The next thing I know, I’m being sent a shooting schedule, a couple of pages of social distancing protocols and directions to a golf course. I hate it when people say, “You’ve got no one but yourself to blame.” I always think: there must be someone.

“That was good,” the director says. “Maybe look around after you’ve picked it up, sort of defeated.”

“I can do that,” I say. My dog pulls at the lead to get away from me, because I’m dressed as Santa.

“And a bit slower on the walk up this time,” he says.

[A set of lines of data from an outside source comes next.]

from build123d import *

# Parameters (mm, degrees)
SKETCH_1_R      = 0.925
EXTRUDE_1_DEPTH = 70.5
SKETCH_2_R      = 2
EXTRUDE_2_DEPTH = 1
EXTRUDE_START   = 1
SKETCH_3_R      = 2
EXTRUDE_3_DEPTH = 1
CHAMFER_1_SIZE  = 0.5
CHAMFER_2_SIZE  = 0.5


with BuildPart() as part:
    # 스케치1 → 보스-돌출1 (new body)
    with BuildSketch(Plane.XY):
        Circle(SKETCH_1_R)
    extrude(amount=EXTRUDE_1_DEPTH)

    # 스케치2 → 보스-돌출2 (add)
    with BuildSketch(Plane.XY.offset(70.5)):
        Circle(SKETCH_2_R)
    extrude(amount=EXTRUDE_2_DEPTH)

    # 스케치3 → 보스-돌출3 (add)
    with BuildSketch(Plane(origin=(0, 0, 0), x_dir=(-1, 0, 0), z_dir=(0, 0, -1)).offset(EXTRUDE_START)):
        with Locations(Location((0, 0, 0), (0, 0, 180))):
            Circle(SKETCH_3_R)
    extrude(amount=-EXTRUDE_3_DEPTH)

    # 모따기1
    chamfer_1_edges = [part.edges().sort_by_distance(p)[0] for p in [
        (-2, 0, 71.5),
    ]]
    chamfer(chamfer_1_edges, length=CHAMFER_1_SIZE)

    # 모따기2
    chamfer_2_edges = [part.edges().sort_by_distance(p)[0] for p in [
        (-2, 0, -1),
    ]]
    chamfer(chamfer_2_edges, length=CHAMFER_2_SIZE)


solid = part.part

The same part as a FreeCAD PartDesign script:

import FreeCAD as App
import Part
import Sketcher
from FreeCAD import Vector
Q = App.Units.Quantity


def edges_at(feature, points):
    """Names of the edges that pass closest to the given points."""
    edges = feature.Shape.Edges
    near = lambda p: min(range(len(edges)), key=lambda i: edges[i].distToShape(Part.Vertex(*p))[0])
    return sorted({f"Edge{near(p) + 1}" for p in points})

doc = App.newDocument("Part")
body = doc.addObject("PartDesign::Body", "Body")

sketch1 = body.newObject("Sketcher::SketchObject", "Sketch")
sketch1.AttachmentSupport = (doc.getObject("XY_Plane"), [""])
sketch1.MapMode = "FlatFace"
sketch1.addGeometry(Part.Circle(Vector(0, 0, 0), Vector(0, 0, 1), 0.9), False)
sketch1.addConstraint([
    Sketcher.Constraint("Coincident", 0, 3, -1, 1),
    Sketcher.Constraint("Diameter", 0, Q("1.85 mm")),
])
pad1 = body.newObject("PartDesign::Pad", "Pad")
pad1.Profile = sketch1
pad1.Length = 70.5

sketch2 = body.newObject("Sketcher::SketchObject", "Sketch001")
sketch2.AttachmentSupport = (doc.getObject("XY_Plane"), [""])
sketch2.MapMode = "FlatFace"
sketch2.AttachmentOffset = App.Placement(Vector(0, 0, 70.5), App.Rotation())
sketch2.addGeometry(Part.Circle(Vector(0, 0, 0), Vector(0, 0, 1), 2), False)
sketch2.addConstraint([
    Sketcher.Constraint("Coincident", 0, 3, -1, 1),
    Sketcher.Constraint("Diameter", 0, Q("4 mm")),
])
pad2 = body.newObject("PartDesign::Pad", "Pad001")
pad2.Profile = sketch2
pad2.Length = 1

sketch3 = body.newObject("Sketcher::SketchObject", "Sketch002")
sketch3.AttachmentSupport = (doc.getObject("XY_Plane"), [""])
sketch3.MapMode = "FlatFace"
sketch3.AttachmentOffset = App.Placement(Vector(0, 0, -1), App.Rotation())
sketch3.addGeometry(Part.Circle(Vector(0, 0, 0), Vector(0, 0, 1), 2), False)
sketch3.addConstraint([
    Sketcher.Constraint("Coincident", 0, 3, -1, 1),
    Sketcher.Constraint("Diameter", 0, Q("4 mm")),
])
pad3 = body.newObject("PartDesign::Pad", "Pad002")
pad3.Profile = sketch3
pad3.Length = 1
doc.recompute()

chamfer = body.newObject("PartDesign::Chamfer", "Chamfer")
chamfer.Base = (pad3, edges_at(pad3, [(-2, 0, 71.5)]))
chamfer.Size = 0.5
doc.recompute()

chamfer2 = body.newObject("PartDesign::Chamfer", "Chamfer001")
chamfer2.Base = (chamfer, edges_at(chamfer, [(-2, 0, -1)]))
chamfer2.Size = 0.5

doc.recompute()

“What about the glasses?” I say. “Does it look weird with me wearing glasses?”

“The glasses are good,” the director says. “The glasses are funny.”

“I don’t have a sense of humour about myself, so…”

“Come on!” a voice shouts. I turn to see the accordion player standing 20 metres away. He is also dressed as Santa, accompanied by a dog the size of a reindeer. His arms are folded across his round Santa belly, which shakes when he laughs, like a bowl full of jelly.